As Jackson took up his briefcase from the kitchen and began to empty its contents onto the coffee table, Frankie’s eyes flashed as something caught her attention. One of the things he had pulled out was a smaller book with a heavily faded brown leather jacket. The stained pages yellowed with age were crispy and filled to the brim with added notes stuck hastily inside, bursting with more papers than the fragile binding could handle. The book had to be at least a century old. Over two hundred years to be exact. Oh yes, Frankie knew _exactly_ who this book had belonged to, and it made her jump up from her curled position on the couch for the first time that night.

“What are you doing with that?” Frankie managed to splutter out before stumbling over her own feet, numb and prickly from sitting in the same position for so long, and grabbing onto the arm of the couch for support.

“What?” Jackson asked, looking around at the books and papers piled across the table before his eyes fell on the faded leather book. “You mean--?”

“My grandfather’s journal,” Frankie finished for him as she stood up straighter, folding her arms across her chest in indignation. “The one my dad gave me after I met Sparky in the past. The one I haven’t shown to _anyone_ because it’s the most precious family heirloom I have. What are you doing with it, Jackson?!”

“Frankie, I thought it would help us,” Jackson resigned, picking up the journal carefully and holding it in his hands. “I’ve been reading it during my lunch breaks, any free time I have. He was a brilliant man and there’s some great stuff in here--”

“I had it hidden away where it couldn’t get damaged,” Frankie went on as if she hadn’t heard him. “I never told you where it was. Which means you would’ve had to go digging through my things to find it! Why would you do that without asking me first?!”

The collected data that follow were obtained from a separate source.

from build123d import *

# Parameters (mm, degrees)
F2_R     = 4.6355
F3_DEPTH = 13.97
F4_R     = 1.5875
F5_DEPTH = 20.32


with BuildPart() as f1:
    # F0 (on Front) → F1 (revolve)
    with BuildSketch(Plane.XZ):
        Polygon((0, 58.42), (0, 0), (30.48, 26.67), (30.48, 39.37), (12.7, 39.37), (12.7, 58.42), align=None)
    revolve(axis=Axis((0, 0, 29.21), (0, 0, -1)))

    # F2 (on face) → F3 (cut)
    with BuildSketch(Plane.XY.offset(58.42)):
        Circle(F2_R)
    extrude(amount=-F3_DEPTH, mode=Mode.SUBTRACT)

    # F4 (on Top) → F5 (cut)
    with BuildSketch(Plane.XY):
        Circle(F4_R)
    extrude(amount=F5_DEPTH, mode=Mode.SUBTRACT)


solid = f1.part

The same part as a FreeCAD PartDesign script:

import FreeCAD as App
import Part
import Sketcher
from FreeCAD import Vector
Q = App.Units.Quantity

doc = App.newDocument("Part")
body = doc.addObject("PartDesign::Body", "Body")

sketch1 = doc.addObject("Sketcher::SketchObject", "Sketch")
body.addObject(sketch1)
sketch1.AttachmentSupport = (doc.XZ_Plane, [""])
sketch1.MapMode = "FlatFace"
sketch1.addGeometry([
    Part.LineSegment(Vector(0, 58, 0), Vector(0, 0, 0)),
    Part.LineSegment(Vector(0, 0, 0), Vector(30, 27, 0)),
    Part.LineSegment(Vector(30, 27, 0), Vector(30, 39, 0)),
    Part.LineSegment(Vector(30, 39, 0), Vector(13, 39, 0)),
    Part.LineSegment(Vector(13, 39, 0), Vector(13, 58, 0)),
    Part.LineSegment(Vector(13, 58, 0), Vector(0, 58, 0)),
], False)
sketch1.addConstraint([
    Sketcher.Constraint("Coincident", 0, 2, 1, 1),
    Sketcher.Constraint("Coincident", 1, 2, 2, 1),
    Sketcher.Constraint("Coincident", 2, 2, 3, 1),
    Sketcher.Constraint("Coincident", 3, 2, 4, 1),
    Sketcher.Constraint("Coincident", 4, 2, 5, 1),
    Sketcher.Constraint("Coincident", 5, 2, 0, 1),
    Sketcher.Constraint("Vertical", 0),
    Sketcher.Constraint("Vertical", 2),
    Sketcher.Constraint("Horizontal", 3),
    Sketcher.Constraint("Vertical", 4),
    Sketcher.Constraint("Horizontal", 5),
    Sketcher.Constraint("Coincident", 0, 2, -1, 1),
    Sketcher.Constraint("Equal", 5, 2),
    Sketcher.Constraint("DistanceX", 3, 2, 3, 1, Q("0.7 in")),
    Sketcher.Constraint("DistanceX", 5, 2, 5, 1, Q("0.5 in")),
    Sketcher.Constraint("DistanceY", 0, 2, 0, 1, Q("2.3 in")),
    Sketcher.Constraint("DistanceY", 4, 1, 4, 2, Q("0.75 in")),
])
revolution = doc.addObject("PartDesign::Revolution", "Revolution")
body.addObject(revolution)
revolution.Profile = sketch1
revolution.ReferenceAxis = (sketch1, ["V_Axis"])
revolution.Angle = 360

sketch2 = doc.addObject("Sketcher::SketchObject", "Sketch001")
body.addObject(sketch2)
sketch2.AttachmentSupport = (doc.XY_Plane, [""])
sketch2.MapMode = "FlatFace"
sketch2.AttachmentOffset = App.Placement(Vector(0, 0, 2.3 * 25.4), App.Rotation())
sketch2.addGeometry(Part.Circle(Vector(0, 0, 0), Vector(0, 0, 1), 4.6), False)
sketch2.addConstraint([
    Sketcher.Constraint("Coincident", 0, 3, -1, 1),
    Sketcher.Constraint("Diameter", 0, Q("0.365 in")),
])
pocket1 = doc.addObject("PartDesign::Pocket", "Pocket")
body.addObject(pocket1)
pocket1.Profile = sketch2
pocket1.Length = Q("0.55 in")

sketch3 = doc.addObject("Sketcher::SketchObject", "Sketch002")
body.addObject(sketch3)
sketch3.AttachmentSupport = (doc.XY_Plane, [""])
sketch3.MapMode = "FlatFace"
sketch3.addGeometry(Part.Circle(Vector(0, 0, 0), Vector(0, 0, 1), 1.6), False)
sketch3.addConstraint([
    Sketcher.Constraint("Coincident", 0, 3, -1, 1),
    Sketcher.Constraint("Diameter", 0, Q("0.125 in")),
])
pocket2 = doc.addObject("PartDesign::Pocket", "Pocket001")
body.addObject(pocket2)
pocket2.Profile = sketch3
pocket2.Length = Q("0.8 in")
pocket2.Reversed = True

doc.recompute()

“Don’t be like that, I did this for us,” Jackson moved to reach for her but she jerked away, closing him off from her. “It doesn’t matter anyway, I’ve read through the whole thing and there’s nothing we haven’t tried.” He held it out for her as if it were made of glass. “Here, I’m sorry I took it. I’m sorry I didn’t ask you. I...I was desperate. And I wanted to do this on my own without making you suffer any more than you already were.”

Frankie took her grandfather’s notes on his life’s work hastily from her husband and hugged it against her chest as if it were a comfort. She wanted to tell him it was alright, to show him the same gentleness he was showing her. But all of her bottled-up emotions seemed to be rising into her chest and throat and she couldn’t seem to swallow them down like she could earlier. She was talking with Jackson exactly as her mother wanted her to and it was only making Frankie more upset. She wanted to sprint from the room, but Jackson’s pleading gaze kept her rooted to the spot as if her feet had been stitched to the carpet. “When did you take this?” she asked bitterly.

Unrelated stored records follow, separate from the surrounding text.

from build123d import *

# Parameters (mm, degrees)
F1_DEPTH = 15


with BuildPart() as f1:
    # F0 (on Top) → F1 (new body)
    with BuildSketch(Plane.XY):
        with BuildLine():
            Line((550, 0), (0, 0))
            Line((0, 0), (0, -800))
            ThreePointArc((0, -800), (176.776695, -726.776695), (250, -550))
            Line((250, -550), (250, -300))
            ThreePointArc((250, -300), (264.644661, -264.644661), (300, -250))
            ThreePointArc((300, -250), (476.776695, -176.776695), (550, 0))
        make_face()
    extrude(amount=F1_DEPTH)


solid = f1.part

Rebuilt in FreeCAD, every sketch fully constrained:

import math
import FreeCAD as App
import Part
import Sketcher

doc = App.newDocument("Part")
body = doc.addObject("PartDesign::Body", "Body")

sketch1 = body.newObject("Sketcher::SketchObject", "Sketch")
sketch1.AttachmentSupport = (doc.getObject("XY_Plane"), [""])
sketch1.MapMode = "FlatFace"
sketch1.addGeometry([
    Part.LineSegment(App.Vector(550, 0, 0), App.Vector(0, 0, 0)),
    Part.LineSegment(App.Vector(0, 0, 0), App.Vector(0, -800, 0)),
    Part.ArcOfCircle(Part.Circle(App.Vector(0, -550, 0), App.Vector(0, 0, 1), 250), math.radians(-90), math.radians(0)),
    Part.LineSegment(App.Vector(250, -550, 0), App.Vector(250, -300, 0)),
    Part.ArcOfCircle(Part.Circle(App.Vector(300, -300, 0), App.Vector(0, 0, 1), 50), math.radians(90), math.radians(180)),
    Part.ArcOfCircle(Part.Circle(App.Vector(300, 0, 0), App.Vector(0, 0, 1), 250), math.radians(-90), math.radians(0)),
], False)
sketch1.addConstraint([
    Sketcher.Constraint("Coincident", 0, 2, 1, 1),
    Sketcher.Constraint("Coincident", 1, 2, 2, 1),
    Sketcher.Constraint("Tangent", 2, 2, 3, 1),
    Sketcher.Constraint("Tangent", 3, 2, 4, 2),
    Sketcher.Constraint("Tangent", 4, 1, 5, 1),
    Sketcher.Constraint("Coincident", 5, 2, 0, 1),
    Sketcher.Constraint("Horizontal", 0),
    Sketcher.Constraint("Vertical", 1),
    Sketcher.Constraint("Vertical", 3),
    Sketcher.Constraint("Coincident", 0, 2, -1, 1),
    Sketcher.Constraint("Equal", 2, 5),
    Sketcher.Constraint("PointOnObject", 2, 3, -2),
    Sketcher.Constraint("PointOnObject", 5, 3, -1),
    Sketcher.Constraint("Vertical", 4, 3, 5, 3),
    Sketcher.Constraint("Radius", 2, 250.000001),
    Sketcher.Constraint("Radius", 4, 50.0),
    Sketcher.Constraint("DistanceY", 1, 2, 1, 1, 800.0),
])
pad1 = body.newObject("PartDesign::Pad", "Pad")
pad1.Profile = sketch1
pad1.Length = 15

doc.recompute()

“Last week,” Jackson admitted. “Like I said, I’ve tried everything.”

“You have a scaritage full of experimental mad science,” Frankie continued to snap. “Why didn’t you look through yours?”

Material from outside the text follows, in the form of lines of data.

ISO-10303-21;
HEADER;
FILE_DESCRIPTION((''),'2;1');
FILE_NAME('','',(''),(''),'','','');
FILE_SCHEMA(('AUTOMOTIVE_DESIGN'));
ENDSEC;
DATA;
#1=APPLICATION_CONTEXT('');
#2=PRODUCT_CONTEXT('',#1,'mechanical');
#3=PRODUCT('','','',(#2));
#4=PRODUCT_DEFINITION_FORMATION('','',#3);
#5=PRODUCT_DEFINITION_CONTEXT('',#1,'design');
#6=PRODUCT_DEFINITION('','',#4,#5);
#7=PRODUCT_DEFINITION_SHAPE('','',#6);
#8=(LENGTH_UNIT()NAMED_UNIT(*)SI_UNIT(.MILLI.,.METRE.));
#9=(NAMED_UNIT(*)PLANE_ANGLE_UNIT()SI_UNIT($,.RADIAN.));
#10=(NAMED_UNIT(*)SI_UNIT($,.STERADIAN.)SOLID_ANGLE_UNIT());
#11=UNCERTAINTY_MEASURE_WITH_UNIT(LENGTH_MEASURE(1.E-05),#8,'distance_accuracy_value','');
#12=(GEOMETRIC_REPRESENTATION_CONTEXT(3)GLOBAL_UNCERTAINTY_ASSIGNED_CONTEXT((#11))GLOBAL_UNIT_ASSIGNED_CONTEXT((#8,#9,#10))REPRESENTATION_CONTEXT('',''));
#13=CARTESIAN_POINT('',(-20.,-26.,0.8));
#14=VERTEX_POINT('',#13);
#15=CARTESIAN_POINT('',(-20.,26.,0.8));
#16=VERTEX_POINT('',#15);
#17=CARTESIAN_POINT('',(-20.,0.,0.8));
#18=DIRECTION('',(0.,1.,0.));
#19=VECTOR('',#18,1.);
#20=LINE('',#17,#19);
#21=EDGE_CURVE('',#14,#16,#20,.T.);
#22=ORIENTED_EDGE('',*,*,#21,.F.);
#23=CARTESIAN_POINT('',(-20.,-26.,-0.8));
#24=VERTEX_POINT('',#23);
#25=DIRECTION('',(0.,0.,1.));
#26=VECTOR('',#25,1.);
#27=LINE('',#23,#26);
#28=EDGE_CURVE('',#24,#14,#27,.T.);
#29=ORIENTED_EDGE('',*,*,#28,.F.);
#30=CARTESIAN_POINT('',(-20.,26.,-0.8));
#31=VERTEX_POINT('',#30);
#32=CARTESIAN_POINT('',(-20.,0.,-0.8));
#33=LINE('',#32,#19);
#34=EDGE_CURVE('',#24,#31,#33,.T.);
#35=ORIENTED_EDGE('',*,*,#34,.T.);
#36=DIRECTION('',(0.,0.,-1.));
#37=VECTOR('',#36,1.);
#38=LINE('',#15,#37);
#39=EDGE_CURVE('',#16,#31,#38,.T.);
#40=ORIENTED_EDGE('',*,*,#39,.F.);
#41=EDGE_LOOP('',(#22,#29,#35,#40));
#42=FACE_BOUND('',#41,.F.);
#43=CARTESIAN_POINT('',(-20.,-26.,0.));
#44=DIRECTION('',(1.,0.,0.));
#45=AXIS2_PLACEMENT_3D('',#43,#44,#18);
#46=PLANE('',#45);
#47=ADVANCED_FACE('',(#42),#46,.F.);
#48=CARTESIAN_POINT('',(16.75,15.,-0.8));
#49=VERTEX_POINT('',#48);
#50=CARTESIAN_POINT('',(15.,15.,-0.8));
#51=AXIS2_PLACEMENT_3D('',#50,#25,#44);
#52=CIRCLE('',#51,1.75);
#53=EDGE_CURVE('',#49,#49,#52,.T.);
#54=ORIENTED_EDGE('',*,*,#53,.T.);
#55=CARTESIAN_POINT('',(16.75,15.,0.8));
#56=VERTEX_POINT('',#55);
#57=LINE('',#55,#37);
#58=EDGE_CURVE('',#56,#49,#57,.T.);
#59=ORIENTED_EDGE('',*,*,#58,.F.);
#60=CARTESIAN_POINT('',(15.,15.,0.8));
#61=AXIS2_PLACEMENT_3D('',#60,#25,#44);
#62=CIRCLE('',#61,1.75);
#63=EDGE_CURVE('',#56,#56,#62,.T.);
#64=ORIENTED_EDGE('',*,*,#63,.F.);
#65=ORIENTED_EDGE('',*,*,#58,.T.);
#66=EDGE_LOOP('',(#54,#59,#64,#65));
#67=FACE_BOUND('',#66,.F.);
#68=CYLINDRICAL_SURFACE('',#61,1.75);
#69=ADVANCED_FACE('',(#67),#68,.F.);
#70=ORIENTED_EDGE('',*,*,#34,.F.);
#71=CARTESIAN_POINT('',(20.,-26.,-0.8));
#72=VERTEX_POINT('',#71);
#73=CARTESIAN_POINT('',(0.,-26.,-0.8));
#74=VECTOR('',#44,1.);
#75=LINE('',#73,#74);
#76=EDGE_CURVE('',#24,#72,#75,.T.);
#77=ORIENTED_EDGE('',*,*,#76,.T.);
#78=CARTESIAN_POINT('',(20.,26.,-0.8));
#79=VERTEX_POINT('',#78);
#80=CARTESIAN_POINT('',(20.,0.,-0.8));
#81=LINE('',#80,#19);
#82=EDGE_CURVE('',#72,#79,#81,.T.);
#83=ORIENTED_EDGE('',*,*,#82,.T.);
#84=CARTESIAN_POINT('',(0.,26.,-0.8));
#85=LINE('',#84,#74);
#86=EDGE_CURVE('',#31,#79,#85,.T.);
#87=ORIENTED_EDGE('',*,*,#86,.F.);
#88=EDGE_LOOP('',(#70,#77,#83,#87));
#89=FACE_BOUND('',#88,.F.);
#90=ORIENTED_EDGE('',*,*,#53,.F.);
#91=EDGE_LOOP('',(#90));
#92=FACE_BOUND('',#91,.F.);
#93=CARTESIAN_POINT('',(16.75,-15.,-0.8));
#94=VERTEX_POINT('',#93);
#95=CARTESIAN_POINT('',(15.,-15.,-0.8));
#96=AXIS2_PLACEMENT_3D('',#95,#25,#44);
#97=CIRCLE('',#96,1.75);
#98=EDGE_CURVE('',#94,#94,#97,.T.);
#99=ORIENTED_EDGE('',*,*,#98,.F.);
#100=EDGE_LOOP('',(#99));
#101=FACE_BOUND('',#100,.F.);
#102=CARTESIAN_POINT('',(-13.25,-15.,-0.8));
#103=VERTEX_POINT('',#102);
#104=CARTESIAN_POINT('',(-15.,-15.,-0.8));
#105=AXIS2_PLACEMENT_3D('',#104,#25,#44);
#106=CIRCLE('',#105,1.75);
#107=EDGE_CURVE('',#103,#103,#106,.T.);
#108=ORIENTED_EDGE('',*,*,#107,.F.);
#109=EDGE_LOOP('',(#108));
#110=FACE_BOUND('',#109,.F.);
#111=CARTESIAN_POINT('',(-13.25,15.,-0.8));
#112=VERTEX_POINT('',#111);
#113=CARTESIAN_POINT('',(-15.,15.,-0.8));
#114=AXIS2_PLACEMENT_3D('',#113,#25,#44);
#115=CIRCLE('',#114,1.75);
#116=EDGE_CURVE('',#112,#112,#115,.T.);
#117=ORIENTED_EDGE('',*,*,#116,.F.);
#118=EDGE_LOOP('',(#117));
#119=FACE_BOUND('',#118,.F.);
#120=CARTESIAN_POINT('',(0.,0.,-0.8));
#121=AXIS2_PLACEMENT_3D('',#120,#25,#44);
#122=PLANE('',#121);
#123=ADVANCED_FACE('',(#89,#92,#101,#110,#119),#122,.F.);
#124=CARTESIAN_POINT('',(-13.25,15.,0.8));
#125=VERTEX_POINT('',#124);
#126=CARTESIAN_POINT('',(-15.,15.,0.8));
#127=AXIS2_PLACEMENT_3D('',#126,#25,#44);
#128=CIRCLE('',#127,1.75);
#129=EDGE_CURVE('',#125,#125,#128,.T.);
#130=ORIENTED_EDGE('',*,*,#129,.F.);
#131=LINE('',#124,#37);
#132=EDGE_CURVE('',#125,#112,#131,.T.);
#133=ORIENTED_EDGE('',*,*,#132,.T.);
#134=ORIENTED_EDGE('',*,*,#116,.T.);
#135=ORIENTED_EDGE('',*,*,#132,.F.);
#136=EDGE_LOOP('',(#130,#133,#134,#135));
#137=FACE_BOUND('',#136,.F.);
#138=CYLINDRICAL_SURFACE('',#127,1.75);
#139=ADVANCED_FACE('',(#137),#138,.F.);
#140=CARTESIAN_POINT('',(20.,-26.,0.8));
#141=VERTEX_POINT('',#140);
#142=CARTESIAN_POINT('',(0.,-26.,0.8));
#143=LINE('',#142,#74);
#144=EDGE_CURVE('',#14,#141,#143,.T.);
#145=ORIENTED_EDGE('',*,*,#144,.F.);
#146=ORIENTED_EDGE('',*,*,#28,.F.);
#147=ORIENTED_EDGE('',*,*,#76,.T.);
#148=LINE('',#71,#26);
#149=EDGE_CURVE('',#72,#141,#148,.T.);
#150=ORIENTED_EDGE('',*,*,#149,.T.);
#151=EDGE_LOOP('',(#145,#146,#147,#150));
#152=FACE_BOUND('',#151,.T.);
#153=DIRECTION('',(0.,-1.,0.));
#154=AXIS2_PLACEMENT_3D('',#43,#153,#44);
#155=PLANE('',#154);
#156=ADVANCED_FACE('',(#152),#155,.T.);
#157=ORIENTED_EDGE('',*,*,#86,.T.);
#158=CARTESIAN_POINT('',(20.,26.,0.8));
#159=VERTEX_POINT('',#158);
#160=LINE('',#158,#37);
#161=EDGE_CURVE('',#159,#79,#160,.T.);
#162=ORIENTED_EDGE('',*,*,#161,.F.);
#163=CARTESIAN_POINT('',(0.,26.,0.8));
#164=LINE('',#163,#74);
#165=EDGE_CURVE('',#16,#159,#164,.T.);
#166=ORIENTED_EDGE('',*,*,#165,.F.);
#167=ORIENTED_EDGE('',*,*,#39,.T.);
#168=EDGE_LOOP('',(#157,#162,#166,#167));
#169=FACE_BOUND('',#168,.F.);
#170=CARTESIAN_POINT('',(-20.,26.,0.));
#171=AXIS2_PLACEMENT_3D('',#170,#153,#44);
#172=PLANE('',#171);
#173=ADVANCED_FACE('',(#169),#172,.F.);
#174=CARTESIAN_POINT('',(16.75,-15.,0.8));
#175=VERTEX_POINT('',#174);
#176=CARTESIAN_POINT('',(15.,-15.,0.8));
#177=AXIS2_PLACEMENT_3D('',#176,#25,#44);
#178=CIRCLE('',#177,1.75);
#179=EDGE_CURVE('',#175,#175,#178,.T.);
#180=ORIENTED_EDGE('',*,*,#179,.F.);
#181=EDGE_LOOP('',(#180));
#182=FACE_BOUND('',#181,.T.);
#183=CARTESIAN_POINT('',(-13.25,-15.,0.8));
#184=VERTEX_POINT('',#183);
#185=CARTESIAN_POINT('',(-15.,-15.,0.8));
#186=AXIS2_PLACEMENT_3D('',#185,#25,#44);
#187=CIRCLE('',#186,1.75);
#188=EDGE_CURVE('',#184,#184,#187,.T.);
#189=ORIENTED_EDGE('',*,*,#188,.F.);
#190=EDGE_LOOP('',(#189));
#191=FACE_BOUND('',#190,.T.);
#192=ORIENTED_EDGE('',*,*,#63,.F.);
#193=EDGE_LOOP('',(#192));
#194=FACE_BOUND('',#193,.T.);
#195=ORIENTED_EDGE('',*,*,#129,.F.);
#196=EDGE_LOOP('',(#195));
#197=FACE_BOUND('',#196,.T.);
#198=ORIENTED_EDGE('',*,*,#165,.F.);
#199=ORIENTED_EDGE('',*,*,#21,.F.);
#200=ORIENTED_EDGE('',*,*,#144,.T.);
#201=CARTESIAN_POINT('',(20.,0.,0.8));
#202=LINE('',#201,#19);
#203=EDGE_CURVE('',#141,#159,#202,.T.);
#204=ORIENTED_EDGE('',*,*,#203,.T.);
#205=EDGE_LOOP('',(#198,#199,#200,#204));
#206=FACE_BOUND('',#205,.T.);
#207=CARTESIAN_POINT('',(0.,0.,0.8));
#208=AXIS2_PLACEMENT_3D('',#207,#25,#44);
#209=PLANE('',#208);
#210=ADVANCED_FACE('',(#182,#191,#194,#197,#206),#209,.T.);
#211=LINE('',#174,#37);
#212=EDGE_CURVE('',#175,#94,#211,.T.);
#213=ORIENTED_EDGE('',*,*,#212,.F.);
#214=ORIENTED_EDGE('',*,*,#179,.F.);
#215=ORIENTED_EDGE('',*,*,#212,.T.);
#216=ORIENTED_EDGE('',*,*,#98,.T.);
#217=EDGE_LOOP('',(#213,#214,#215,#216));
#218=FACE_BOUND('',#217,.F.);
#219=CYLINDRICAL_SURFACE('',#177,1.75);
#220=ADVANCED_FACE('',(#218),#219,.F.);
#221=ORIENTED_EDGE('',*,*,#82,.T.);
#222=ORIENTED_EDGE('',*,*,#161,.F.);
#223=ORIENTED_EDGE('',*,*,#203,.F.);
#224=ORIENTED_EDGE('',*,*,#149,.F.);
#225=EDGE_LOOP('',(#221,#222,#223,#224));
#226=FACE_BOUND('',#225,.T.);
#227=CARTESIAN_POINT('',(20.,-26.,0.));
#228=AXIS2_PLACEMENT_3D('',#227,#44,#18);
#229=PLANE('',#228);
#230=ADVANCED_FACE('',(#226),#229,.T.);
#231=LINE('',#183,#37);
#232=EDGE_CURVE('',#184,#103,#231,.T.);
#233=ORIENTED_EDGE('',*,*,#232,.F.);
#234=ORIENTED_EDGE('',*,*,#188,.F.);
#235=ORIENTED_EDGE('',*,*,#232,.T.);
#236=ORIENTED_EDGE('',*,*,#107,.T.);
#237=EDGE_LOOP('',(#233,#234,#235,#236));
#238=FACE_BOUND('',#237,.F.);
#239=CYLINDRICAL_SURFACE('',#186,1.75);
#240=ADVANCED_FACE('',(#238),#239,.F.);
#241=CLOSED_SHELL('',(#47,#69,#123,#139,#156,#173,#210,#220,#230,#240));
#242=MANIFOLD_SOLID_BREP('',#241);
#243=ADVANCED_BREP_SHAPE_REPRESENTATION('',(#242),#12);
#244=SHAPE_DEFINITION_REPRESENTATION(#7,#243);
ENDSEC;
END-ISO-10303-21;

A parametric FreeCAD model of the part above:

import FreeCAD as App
import Part
import Sketcher

V = App.Vector
Q = App.Units.Quantity


def add_polygon(sketch, points):
    """Adds a closed chain of lines whose ends are joined by coincident constraints."""
    first, n = sketch.GeometryCount, len(points)
    for a, b in zip(points, points[1:] + points[:1]):
        sketch.addGeometry(Part.LineSegment(App.Vector(*a, 0), App.Vector(*b, 0)), False)
    for i in range(n):
        sketch.addConstraint(Sketcher.Constraint("Coincident", first + i, 2, first + (i + 1) % n, 1))

doc = App.newDocument("Part")
body = doc.addObject("PartDesign::Body", "Body")

sketch1 = body.newObject("Sketcher::SketchObject", "Sketch")
sketch1.AttachmentSupport = (doc.getObject("XY_Plane"), [""])
sketch1.MapMode = "FlatFace"
add_polygon(sketch1, [(-20, 26), (-20, -26), (20, -26), (20, 26)])
sketch1.addConstraint([
    Sketcher.Constraint("Vertical", 0),
    Sketcher.Constraint("Horizontal", 1),
    Sketcher.Constraint("Vertical", 2),
    Sketcher.Constraint("Horizontal", 3),
    Sketcher.Constraint("Symmetric", 0, 2, 2, 2, -1, 1),
    Sketcher.Constraint("DistanceX", 1, 1, 1, 2, Q("40 mm")),
    Sketcher.Constraint("DistanceY", 0, 2, 0, 1, Q("52 mm")),
])
pad1 = body.newObject("PartDesign::Pad", "Pad")
pad1.Profile = sketch1
pad1.Length = 1.6
pad1.Midplane = True

sketch2 = body.newObject("Sketcher::SketchObject", "Sketch001")
sketch2.AttachmentSupport = (doc.getObject("XY_Plane"), [""])
sketch2.MapMode = "FlatFace"
sketch2.AttachmentOffset = App.Placement(V(0, 0, 0.8), App.Rotation())
sketch2.addGeometry([
    Part.Circle(V(-15, 15, 0), V(0, 0, 1), 1.8),
    Part.Circle(V(15, 15, 0), V(0, 0, 1), 1.8),
    Part.Circle(V(-15, -15, 0), V(0, 0, 1), 1.8),
    Part.Circle(V(15, -15, 0), V(0, 0, 1), 1.8),
], False)
sketch2.addConstraint([
    Sketcher.Constraint("Equal", 0, 1),
    Sketcher.Constraint("Equal", 1, 2),
    Sketcher.Constraint("Equal", 2, 3),
    Sketcher.Constraint("Symmetric", 1, 3, 2, 3, -1, 1),
    Sketcher.Constraint("Symmetric", 0, 3, 3, 3, -1, 1),
    Sketcher.Constraint("Symmetric", 0, 3, 1, 3, -2),
    Sketcher.Constraint("Diameter", 0, Q("3.5 mm")),
    Sketcher.Constraint("DistanceX", 0, 3, -1, 1, Q("15 mm")),
    Sketcher.Constraint("DistanceY", -1, 1, 0, 3, Q("15 mm")),
])
pocket1 = body.newObject("PartDesign::Pocket", "Pocket")
pocket1.Profile = sketch2
pocket1.Type = "ThroughAll"

doc.recompute()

“I have _nothing_ ,” Jackson’s husky voice rose to her volume. “Henry Jekyll destroyed all of his notes before he killed himself, they couldn’t find anything. The only heirloom that was passed down was the beaker he drank from that started it all. And my mom smashed it against a wall when I was two. When she found out the condition had passed down to me. You should consider yourself lucky you at least have _something_ , let alone something useful.”

“But it’s mine and you didn’t even ask! Just like last night when you didn’t ask if I was ready to quit on our daughter! It’s my scaritage! It’s _my family_!”

“Well sorry!” Jackson finally yelled in her face. “My mistake, but I guess I thought I was a part of it now!”

Frankie’s tense shoulders went limp and she nearly dropped the journal in her arms, her brow furrowed in anger relaxing as her eyes widened in shocked sadness. Jackson’s words hit her like a tidal wave and she instantly felt terrible. Pressing a hand to her mouth, every awful word she had hurled at him flooded back to her, he who was standing there just as stricken with grief as she was. How could she have been so cruel? Where was this _coming_ from? None of that was answered as Jackson tore away from her and stalked back through the kitchen. Jackson, her family, leaving her alone like her daughter had last night before she could even come into the world. And Frankie made up her mind. She didn’t want to be alone anymore. She didn’t want to grieve by herself. She didn’t want to push away the ones she loved when she was hurting for fear of worrying them. Not anymore. Her mother was a hundred percent right. Frankie wanted...no, she _needed_ Jackson.

“Jackson?” she called out to him brokenly, but the front door slammed in response and she flung the journal back on the table. _No...please._ “Jackson wait!” Frankie shouted again, rushing from the living room and sliding across the kitchen tile in her slipper-socked feet to get to the door. Flinging it open, she saw that a sudden autumn shower had begun pouring from the sky. “Jackson!” she cried out again from the porch, but he was already in the car slamming the driver side door shut. And not caring, not caring at all about herself and the permanent damage that could be done, Frankie flung herself out into the rain to stop Jackson before he left. She made it to the car just as the engine started and banged on his window with her palm.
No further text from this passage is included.